Aaron Fulkerson, CEO of Opaque Systems, a startup that helps customers organize encrypted data, said the pope is “actually looking at the system and highlighting something that a lot of us in tech would recognize as a systemic risk to humanity. And I’m not even talking about AGI. I’m talking about our global economy.”
Even before the current wave of AI, tech industry centralization could be dangerous. A problem at cybersecurity firm CrowdStrike sidelined banks, hospitals, and airlines around the world, and an outage at Amazon Web Services took down a large swath of the internet, from Reddit to Venmo. For Fulkerson, the risks to the global economy only grow as power is concentrated in the hands of a couple of AI labs.
“The thing that I’ve seen in the news has been this positioning around power dynamics of the pope versus tech bros, but I think everybody’s missing the bigger story here, which is that he’s looking at a system that is intrinsically risky,” Fulkerson said. “We’re sleepwalking into a world in which one or two labs are the cognitive infrastructure of every industry on earth — that means humanity is far less resilient, not more capable.”

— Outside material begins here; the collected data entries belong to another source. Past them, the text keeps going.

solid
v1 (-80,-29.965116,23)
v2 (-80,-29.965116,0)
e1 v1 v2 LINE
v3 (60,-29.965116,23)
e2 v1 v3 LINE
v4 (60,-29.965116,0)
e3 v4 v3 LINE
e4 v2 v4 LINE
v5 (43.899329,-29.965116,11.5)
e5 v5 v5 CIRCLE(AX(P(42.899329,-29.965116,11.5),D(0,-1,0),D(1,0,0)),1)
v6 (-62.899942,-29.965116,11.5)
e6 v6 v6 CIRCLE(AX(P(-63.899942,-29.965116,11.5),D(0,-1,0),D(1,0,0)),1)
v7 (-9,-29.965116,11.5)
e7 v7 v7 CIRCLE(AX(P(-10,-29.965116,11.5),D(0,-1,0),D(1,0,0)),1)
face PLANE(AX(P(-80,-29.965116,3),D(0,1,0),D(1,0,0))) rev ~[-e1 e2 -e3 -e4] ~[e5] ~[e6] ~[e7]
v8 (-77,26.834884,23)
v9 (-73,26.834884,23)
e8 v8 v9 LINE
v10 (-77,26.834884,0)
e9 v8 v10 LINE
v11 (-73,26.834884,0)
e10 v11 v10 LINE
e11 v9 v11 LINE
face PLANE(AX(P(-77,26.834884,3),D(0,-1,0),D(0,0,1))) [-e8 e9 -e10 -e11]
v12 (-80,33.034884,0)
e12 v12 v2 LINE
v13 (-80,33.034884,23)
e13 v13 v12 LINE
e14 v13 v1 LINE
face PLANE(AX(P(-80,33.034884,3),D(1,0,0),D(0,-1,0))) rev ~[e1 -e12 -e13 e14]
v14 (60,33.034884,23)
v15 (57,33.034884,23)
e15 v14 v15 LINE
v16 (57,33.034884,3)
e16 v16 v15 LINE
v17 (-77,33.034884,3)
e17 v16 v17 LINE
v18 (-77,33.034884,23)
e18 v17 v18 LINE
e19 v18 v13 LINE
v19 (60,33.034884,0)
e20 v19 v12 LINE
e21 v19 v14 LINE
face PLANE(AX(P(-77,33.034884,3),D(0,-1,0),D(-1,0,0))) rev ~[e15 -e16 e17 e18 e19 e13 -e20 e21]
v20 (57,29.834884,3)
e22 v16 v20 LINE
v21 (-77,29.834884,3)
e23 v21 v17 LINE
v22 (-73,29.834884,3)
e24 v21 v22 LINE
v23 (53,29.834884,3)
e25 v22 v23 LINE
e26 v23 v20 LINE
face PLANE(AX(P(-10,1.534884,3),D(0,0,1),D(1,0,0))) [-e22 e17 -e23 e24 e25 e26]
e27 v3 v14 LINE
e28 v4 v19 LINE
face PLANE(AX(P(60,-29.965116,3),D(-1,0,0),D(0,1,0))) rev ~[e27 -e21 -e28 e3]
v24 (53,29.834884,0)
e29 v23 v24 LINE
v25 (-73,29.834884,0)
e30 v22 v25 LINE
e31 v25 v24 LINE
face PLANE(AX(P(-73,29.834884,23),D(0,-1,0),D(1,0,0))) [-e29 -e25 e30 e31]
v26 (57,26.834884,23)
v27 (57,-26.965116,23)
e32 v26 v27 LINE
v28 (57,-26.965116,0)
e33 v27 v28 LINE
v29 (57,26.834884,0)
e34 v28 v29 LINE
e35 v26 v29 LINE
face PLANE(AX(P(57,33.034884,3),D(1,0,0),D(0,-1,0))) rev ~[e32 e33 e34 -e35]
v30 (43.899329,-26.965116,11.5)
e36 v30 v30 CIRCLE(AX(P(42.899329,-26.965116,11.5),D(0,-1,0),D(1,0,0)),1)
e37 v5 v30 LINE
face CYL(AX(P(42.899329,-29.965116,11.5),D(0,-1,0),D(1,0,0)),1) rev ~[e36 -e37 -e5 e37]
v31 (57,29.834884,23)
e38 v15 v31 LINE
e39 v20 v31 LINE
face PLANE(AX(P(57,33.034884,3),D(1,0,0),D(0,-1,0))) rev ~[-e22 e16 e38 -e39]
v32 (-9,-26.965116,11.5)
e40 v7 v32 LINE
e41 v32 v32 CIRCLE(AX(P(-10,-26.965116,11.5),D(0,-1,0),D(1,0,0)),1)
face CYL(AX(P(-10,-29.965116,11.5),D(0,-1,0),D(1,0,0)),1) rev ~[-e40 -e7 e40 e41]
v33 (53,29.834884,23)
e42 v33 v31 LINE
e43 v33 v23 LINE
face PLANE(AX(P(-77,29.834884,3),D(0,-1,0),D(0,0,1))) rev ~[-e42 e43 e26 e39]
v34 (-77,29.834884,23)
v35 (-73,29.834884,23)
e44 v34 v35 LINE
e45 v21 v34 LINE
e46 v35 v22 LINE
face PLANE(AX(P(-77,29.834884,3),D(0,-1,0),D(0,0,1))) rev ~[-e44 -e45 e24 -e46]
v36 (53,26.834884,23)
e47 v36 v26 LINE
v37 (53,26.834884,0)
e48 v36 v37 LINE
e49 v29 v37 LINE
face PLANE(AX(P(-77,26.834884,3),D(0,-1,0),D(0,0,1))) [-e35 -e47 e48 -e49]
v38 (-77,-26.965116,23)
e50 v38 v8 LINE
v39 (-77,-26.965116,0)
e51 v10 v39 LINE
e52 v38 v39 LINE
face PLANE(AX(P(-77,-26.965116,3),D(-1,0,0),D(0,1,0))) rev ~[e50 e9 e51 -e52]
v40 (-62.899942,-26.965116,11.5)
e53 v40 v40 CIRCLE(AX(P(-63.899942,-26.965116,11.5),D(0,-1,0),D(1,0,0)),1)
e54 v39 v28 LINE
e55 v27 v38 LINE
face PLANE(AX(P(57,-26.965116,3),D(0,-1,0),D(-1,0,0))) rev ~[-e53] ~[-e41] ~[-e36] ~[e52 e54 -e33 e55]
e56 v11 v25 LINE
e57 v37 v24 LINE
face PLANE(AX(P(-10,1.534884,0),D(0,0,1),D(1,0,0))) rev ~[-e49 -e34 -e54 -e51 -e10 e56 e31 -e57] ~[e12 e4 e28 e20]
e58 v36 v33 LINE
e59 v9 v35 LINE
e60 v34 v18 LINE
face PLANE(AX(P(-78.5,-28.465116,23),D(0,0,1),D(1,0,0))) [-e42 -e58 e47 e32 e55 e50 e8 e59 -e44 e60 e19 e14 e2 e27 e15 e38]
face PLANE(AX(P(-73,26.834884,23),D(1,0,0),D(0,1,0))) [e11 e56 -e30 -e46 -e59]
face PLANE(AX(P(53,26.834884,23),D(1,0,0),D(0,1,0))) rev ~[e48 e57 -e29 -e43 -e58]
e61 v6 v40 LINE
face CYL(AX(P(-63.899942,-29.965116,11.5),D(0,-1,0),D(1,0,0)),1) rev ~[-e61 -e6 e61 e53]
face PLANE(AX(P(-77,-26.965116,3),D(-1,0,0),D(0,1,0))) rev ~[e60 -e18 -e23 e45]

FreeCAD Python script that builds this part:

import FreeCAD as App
import Part
import Sketcher

V = App.Vector
Q = App.Units.Quantity


def add_polygon(sketch, points):
    """Adds a closed chain of lines whose ends are joined by coincident constraints."""
    first, n = sketch.GeometryCount, len(points)
    for a, b in zip(points, points[1:] + points[:1]):
        sketch.addGeometry(Part.LineSegment(App.Vector(*a, 0), App.Vector(*b, 0)), False)
    for i in range(n):
        sketch.addConstraint(Sketcher.Constraint("Coincident", first + i, 2, first + (i + 1) % n, 1))

doc = App.newDocument("Part")
body = doc.addObject("PartDesign::Body", "Body")

# Sketch on XY plane
sketch1 = doc.addObject("Sketcher::SketchObject", "Sketch")
body.addObject(sketch1)
sketch1.AttachmentSupport = (doc.XY_Plane, [""])
sketch1.MapMode = "FlatFace"
add_polygon(sketch1, [(-80, 33), (-80, -30), (60, -30), (60, 33)])  # lines 0-3
sketch1.addGeometry(Part.Circle(V(25, 0, 0), V(0, 0, 1), 8), False)  # 4
sketch1.addGeometry(Part.Circle(V(-45, 1, 0), V(0, 0, 1), 8), False)  # 5
sketch1.addConstraint(Sketcher.Constraint("Vertical", 0))
sketch1.addConstraint(Sketcher.Constraint("Horizontal", 1))
sketch1.addConstraint(Sketcher.Constraint("Vertical", 2))
sketch1.addConstraint(Sketcher.Constraint("Horizontal", 3))
sketch1.addConstraint(Sketcher.Constraint("Equal", 4, 5))
sketch1.addConstraint(Sketcher.Constraint("Diameter", 4, Q("16 mm")))
sketch1.addConstraint(Sketcher.Constraint("DistanceX", 1, 1, 1, 2, Q("140 mm")))
sketch1.addConstraint(Sketcher.Constraint("DistanceY", 0, 2, 0, 1, Q("63 mm")))
sketch1.addConstraint(Sketcher.Constraint("DistanceX", -1, 1, 4, 3, Q("25 mm")))
sketch1.addConstraint(Sketcher.Constraint("DistanceX", 5, 3, -1, 1, Q("45 mm")))
sketch1.addConstraint(Sketcher.Constraint("DistanceX", 0, 2, -1, 1, Q("80 mm")))
sketch1.addConstraint(Sketcher.Constraint("DistanceY", 0, 2, 5, 3, Q("31 mm")))
sketch1.addConstraint(Sketcher.Constraint("DistanceY", 4, 3, -1, 1, Q("0.468963 mm")))
sketch1.addConstraint(Sketcher.Constraint("DistanceY", -1, 1, 5, 3, Q("1.034884 mm")))
pad1 = doc.addObject("PartDesign::Pad", "Pad")
body.addObject(pad1)
pad1.Profile = sketch1
pad1.Length = 3

# Sketch on XY plane
sketch2 = doc.addObject("Sketcher::SketchObject", "Sketch001")
body.addObject(sketch2)
sketch2.AttachmentSupport = (doc.XY_Plane, [""])
sketch2.MapMode = "FlatFace"
sketch2.AttachmentOffset = App.Placement(V(0, 0, 3), App.Rotation())
add_polygon(sketch2, [(-80, -30), (60, -30), (60, 33), (57, 33), (57, -27), (-77, -27), (-77, 33), (-80, 33)])  # lines 0-7
sketch2.addConstraint(Sketcher.Constraint("Horizontal", 0))
sketch2.addConstraint(Sketcher.Constraint("Vertical", 1))
sketch2.addConstraint(Sketcher.Constraint("Horizontal", 2))
sketch2.addConstraint(Sketcher.Constraint("Vertical", 3))
sketch2.addConstraint(Sketcher.Constraint("Horizontal", 4))
sketch2.addConstraint(Sketcher.Constraint("Vertical", 5))
sketch2.addConstraint(Sketcher.Constraint("Horizontal", 6))
sketch2.addConstraint(Sketcher.Constraint("Vertical", 7))
sketch2.addConstraint(Sketcher.Constraint("Horizontal", 2, 2, 5, 2))
sketch2.addConstraint(Sketcher.Constraint("Equal", 2, 6))
sketch2.addConstraint(Sketcher.Constraint("DistanceX", 0, 1, 0, 2, Q("140 mm")))
sketch2.addConstraint(Sketcher.Constraint("DistanceX", 2, 2, 2, 1, Q("3 mm")))
sketch2.addConstraint(Sketcher.Constraint("DistanceY", 1, 1, 1, 2, Q("63 mm")))
sketch2.addConstraint(Sketcher.Constraint("DistanceY", 3, 2, 3, 1, Q("60 mm")))
sketch2.addConstraint(Sketcher.Constraint("DistanceX", -1, 1, 0, 2, Q("60 mm")))
sketch2.addConstraint(Sketcher.Constraint("DistanceY", 0, 2, -1, 1, Q("29.965116 mm")))
pad2 = doc.addObject("PartDesign::Pad", "Pad001")
body.addObject(pad2)
pad2.Profile = sketch2
pad2.Length = 20

# Sketch on YZ plane
sketch3 = doc.addObject("Sketcher::SketchObject", "Sketch002")
body.addObject(sketch3)
sketch3.AttachmentSupport = (doc.YZ_Plane, [""])
sketch3.MapMode = "FlatFace"
sketch3.AttachmentOffset = App.Placement(V(0, 0, -77), App.Rotation())
add_polygon(sketch3, [(26.8, 23), (26.8, 3), (29.8, 3), (29.8, 23)])  # lines 0-3
sketch3.addConstraint(Sketcher.Constraint("Vertical", 0))
sketch3.addConstraint(Sketcher.Constraint("Horizontal", 1))
sketch3.addConstraint(Sketcher.Constraint("Vertical", 2))
sketch3.addConstraint(Sketcher.Constraint("Horizontal", 3))
sketch3.addConstraint(Sketcher.Constraint("DistanceX", 1, 1, 1, 2, Q("3 mm")))
sketch3.addConstraint(Sketcher.Constraint("DistanceY", 0, 2, 0, 1, Q("20 mm")))
sketch3.addConstraint(Sketcher.Constraint("DistanceY", -1, 1, 0, 2, Q("3 mm")))
sketch3.addConstraint(Sketcher.Constraint("DistanceX", -1, 1, 0, 2, Q("26.834884 mm")))
pad3 = doc.addObject("PartDesign::Pad", "Pad002")
body.addObject(pad3)
pad3.Profile = sketch3
pad3.Length = 134

# Sketch on XY plane
sketch4 = doc.addObject("Sketcher::SketchObject", "Sketch003")
body.addObject(sketch4)
sketch4.AttachmentSupport = (doc.XY_Plane, [""])
sketch4.MapMode = "FlatFace"
sketch4.AttachmentOffset = App.Placement(V(0, 0, 23), App.Rotation())
add_polygon(sketch4, [(-73, 29.8), (-73, 26.8), (53, 26.8), (53, 29.8)])  # lines 0-3
sketch4.addConstraint(Sketcher.Constraint("Vertical", 0))
sketch4.addConstraint(Sketcher.Constraint("Horizontal", 1))
sketch4.addConstraint(Sketcher.Constraint("Vertical", 2))
sketch4.addConstraint(Sketcher.Constraint("Horizontal", 3))
sketch4.addConstraint(Sketcher.Constraint("DistanceX", 1, 1, 1, 2, Q("126 mm")))
sketch4.addConstraint(Sketcher.Constraint("DistanceY", 0, 2, 0, 1, Q("3 mm")))
sketch4.addConstraint(Sketcher.Constraint("DistanceX", 0, 2, -1, 1, Q("73 mm")))
sketch4.addConstraint(Sketcher.Constraint("DistanceY", -1, 1, 0, 2, Q("26.834884 mm")))
pocket1 = doc.addObject("PartDesign::Pocket", "Pocket")
body.addObject(pocket1)
pocket1.Profile = sketch4
pocket1.Length = 40

# Sketch on XZ plane
sketch5 = doc.addObject("Sketcher::SketchObject", "Sketch004")
body.addObject(sketch5)
sketch5.AttachmentSupport = (doc.XZ_Plane, [""])
sketch5.MapMode = "FlatFace"
sketch5.AttachmentOffset = App.Placement(V(0, 0, 26.965116), App.Rotation())
sketch5.addGeometry(Part.Circle(V(-47, 27, 0), V(0, 0, 1), 1.5), False)
sketch5.addGeometry(Part.Circle(V(27, 27, 0), V(0, 0, 1), 1.5), False)
sketch5.addGeometry(Part.Circle(V(-10, 27, 0), V(0, 0, 1), 1.5), False)
sketch5.addConstraint(Sketcher.Constraint("Equal", 0, 1))
sketch5.addConstraint(Sketcher.Constraint("Equal", 1, 2))
sketch5.addConstraint(Sketcher.Constraint("Horizontal", 0, 3, 1, 3))
sketch5.addConstraint(Sketcher.Constraint("Horizontal", 1, 3, 2, 3))
sketch5.addConstraint(Sketcher.Constraint("Diameter", 0, Q("3 mm")))
sketch5.addConstraint(Sketcher.Constraint("DistanceX", 0, 3, -1, 1, Q("47 mm")))
sketch5.addConstraint(Sketcher.Constraint("DistanceX", -1, 1, 1, 3, Q("27 mm")))
sketch5.addConstraint(Sketcher.Constraint("DistanceX", 2, 3, -1, 1, Q("10 mm")))
sketch5.addConstraint(Sketcher.Constraint("DistanceY", -1, 1, 0, 3, Q("26.988985 mm")))
pocket2 = doc.addObject("PartDesign::Pocket", "Pocket001")
body.addObject(pocket2)
pocket2.Profile = sketch5
pocket2.Length = 3
pocket2.Reversed = True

In the encyclical, the pope compared AI to the Tower of Babel, a structure he describes as “supported by a uniformity that eliminated diversity and that chose homogenization over communion.”. The world must “avoid the ‘Babel syndrome,’” he wrote: “the idolatry of profit that sacrifices the weak, a uniformity that neutralizes differences, and the pretense that a single language — even a digital one — can translate everything, including the mystery of the person, into data and performance.” In his reckoning, AI became not just a new technology, but a Biblical struggle. “The risk of dehumanization,” he wrote, “is an ancient and ever-new temptation that today takes on a technical guise.” The weight of those statements, not the technical specifics, is likely to be its lasting impact.